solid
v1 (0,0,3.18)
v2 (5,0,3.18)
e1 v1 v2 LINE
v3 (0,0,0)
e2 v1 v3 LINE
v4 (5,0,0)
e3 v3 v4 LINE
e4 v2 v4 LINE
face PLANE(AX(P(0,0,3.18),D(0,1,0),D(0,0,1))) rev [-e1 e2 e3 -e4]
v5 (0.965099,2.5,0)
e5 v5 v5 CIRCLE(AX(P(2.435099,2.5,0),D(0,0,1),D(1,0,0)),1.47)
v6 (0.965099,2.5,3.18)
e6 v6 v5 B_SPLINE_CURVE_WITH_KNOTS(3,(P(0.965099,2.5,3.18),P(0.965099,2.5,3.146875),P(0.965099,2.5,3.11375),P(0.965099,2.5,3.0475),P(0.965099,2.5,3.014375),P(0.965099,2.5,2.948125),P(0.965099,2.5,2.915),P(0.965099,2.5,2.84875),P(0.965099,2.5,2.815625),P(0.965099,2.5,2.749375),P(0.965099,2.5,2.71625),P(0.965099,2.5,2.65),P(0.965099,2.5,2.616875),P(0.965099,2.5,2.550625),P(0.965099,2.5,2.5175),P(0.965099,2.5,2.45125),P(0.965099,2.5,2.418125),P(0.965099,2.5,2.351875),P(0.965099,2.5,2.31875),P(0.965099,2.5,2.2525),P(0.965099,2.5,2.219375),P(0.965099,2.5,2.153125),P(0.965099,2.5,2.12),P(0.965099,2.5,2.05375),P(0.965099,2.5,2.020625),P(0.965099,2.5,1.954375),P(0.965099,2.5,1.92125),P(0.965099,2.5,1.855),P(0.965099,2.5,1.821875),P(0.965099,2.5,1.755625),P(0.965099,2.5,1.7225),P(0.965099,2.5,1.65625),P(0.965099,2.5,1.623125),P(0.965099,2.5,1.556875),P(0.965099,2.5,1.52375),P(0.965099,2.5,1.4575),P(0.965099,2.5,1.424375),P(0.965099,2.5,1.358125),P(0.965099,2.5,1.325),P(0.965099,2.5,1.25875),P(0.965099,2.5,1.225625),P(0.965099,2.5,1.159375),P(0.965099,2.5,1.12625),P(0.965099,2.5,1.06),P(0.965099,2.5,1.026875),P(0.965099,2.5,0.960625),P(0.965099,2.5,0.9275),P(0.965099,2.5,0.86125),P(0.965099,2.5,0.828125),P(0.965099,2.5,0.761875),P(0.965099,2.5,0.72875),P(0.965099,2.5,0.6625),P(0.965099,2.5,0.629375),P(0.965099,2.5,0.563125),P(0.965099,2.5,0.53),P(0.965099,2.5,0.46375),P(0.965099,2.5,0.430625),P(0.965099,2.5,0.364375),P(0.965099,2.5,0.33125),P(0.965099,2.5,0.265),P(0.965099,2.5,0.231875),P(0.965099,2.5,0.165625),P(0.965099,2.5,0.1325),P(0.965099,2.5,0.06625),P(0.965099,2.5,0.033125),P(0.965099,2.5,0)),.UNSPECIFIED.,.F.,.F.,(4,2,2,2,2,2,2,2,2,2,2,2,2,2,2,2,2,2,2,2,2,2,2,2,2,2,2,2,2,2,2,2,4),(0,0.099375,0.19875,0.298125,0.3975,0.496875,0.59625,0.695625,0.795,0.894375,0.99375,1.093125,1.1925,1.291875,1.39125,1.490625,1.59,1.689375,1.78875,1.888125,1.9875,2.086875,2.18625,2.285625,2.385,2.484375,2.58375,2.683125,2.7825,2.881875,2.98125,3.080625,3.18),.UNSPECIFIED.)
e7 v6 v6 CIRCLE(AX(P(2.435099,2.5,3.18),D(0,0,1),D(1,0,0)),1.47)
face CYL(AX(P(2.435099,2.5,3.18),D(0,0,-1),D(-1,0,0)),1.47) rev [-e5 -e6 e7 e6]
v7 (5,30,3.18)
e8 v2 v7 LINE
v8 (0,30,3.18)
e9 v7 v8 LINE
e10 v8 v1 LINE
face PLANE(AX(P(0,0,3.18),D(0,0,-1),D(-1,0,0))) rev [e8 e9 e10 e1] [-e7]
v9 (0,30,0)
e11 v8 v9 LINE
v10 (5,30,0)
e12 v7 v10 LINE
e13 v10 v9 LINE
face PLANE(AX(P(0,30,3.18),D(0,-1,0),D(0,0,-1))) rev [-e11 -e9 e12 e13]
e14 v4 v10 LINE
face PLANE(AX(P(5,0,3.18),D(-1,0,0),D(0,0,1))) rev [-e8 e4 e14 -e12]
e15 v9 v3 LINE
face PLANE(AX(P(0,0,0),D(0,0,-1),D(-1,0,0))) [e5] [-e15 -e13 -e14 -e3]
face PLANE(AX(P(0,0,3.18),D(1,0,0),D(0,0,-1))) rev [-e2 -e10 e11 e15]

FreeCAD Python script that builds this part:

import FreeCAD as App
import Part
import Sketcher
from FreeCAD import Vector
Q = App.Units.Quantity

doc = App.newDocument("Part")
params = doc.addObject("Spreadsheet::Sheet", "Params")
for row, (alias, value) in enumerate([
    ("sketch1_diameter", "2.94 mm"),
    ("sketch1_width", "5 mm"),
    ("sketch1_height", "30 mm"),
    ("pad1_length", "3.18 mm"),
], start=1):
    params.set(f"A{row}", alias)
    params.set(f"B{row}", "=" + value)
    params.setAlias(f"B{row}", alias)

body = doc.addObject("PartDesign::Body", "Body")

# Sketch on XY plane
sketch1 = doc.addObject("Sketcher::SketchObject", "Sketch")
body.addObject(sketch1)
sketch1.AttachmentSupport = (doc.XY_Plane, [""])
sketch1.MapMode = "FlatFace"
sketch1.addGeometry(Part.LineSegment(Vector(0, 30, 0), Vector(0, 0, 0)), False)
sketch1.addGeometry(Part.LineSegment(Vector(0, 0, 0), Vector(5, 0, 0)), False)
sketch1.addGeometry(Part.LineSegment(Vector(5, 0, 0), Vector(5, 30, 0)), False)
sketch1.addGeometry(Part.LineSegment(Vector(5, 30, 0), Vector(0, 30, 0)), False)
sketch1.addGeometry(Part.Circle(Vector(2.435099, 2.5, 0), Vector(0, 0, 1), 1.47), False)
sketch1.addConstraint(Sketcher.Constraint("Coincident", 0, 2, 1, 1))
sketch1.addConstraint(Sketcher.Constraint("Coincident", 1, 2, 2, 1))
sketch1.addConstraint(Sketcher.Constraint("Coincident", 2, 2, 3, 1))
sketch1.addConstraint(Sketcher.Constraint("Coincident", 3, 2, 0, 1))
sketch1.addConstraint(Sketcher.Constraint("Vertical", 0))
sketch1.addConstraint(Sketcher.Constraint("Horizontal", 1))
sketch1.addConstraint(Sketcher.Constraint("Vertical", 2))
sketch1.addConstraint(Sketcher.Constraint("Horizontal", 3))
sketch1.addConstraint(Sketcher.Constraint("Coincident", 0, 2, -1, 1))
sketch1.addConstraint(Sketcher.Constraint("Diameter", 4, Q("2.94 mm")))
sketch1.addConstraint(Sketcher.Constraint("DistanceX", 1, 1, 1, 2, Q("5 mm")))
sketch1.addConstraint(Sketcher.Constraint("DistanceY", 0, 2, 0, 1, Q("30 mm")))
sketch1.addConstraint(Sketcher.Constraint("DistanceY", -1, 1, 4, 3, Q("2.5 mm")))
sketch1.addConstraint(Sketcher.Constraint("DistanceX", -1, 1, 4, 3, Q("2.435099 mm")))
sketch1.setExpression("Constraints[9]", "Params.sketch1_diameter")
sketch1.setExpression("Constraints[10]", "Params.sketch1_width")
sketch1.setExpression("Constraints[11]", "Params.sketch1_height")
pad1 = doc.addObject("PartDesign::Pad", "Pad")
body.addObject(pad1)
pad1.Profile = sketch1
pad1.setExpression("Length", "Params.pad1_length")

doc.recompute()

════════

Work request: In the data above, which lines lie between the line with "e12 v7 v10 LINE" and the line with "face PLANE(AX(P(0,0,0),D(0,0,-1),D(-1,0,0))) [e5]", inclusive? Print those lines exactly and nothing else.

Your solution:
e12 v7 v10 LINE
e13 v10 v9 LINE
face PLANE(AX(P(0,30,3.18),D(0,-1,0),D(0,0,-1))) rev [-e11 -e9 e12 e13]
e14 v4 v10 LINE
face PLANE(AX(P(5,0,3.18),D(-1,0,0),D(0,0,1))) rev [-e8 e4 e14 -e12]
e15 v9 v3 LINE
face PLANE(AX(P(0,0,0),D(0,0,-1),D(-1,0,0))) [e5] [-e15 -e13 -e14 -e3]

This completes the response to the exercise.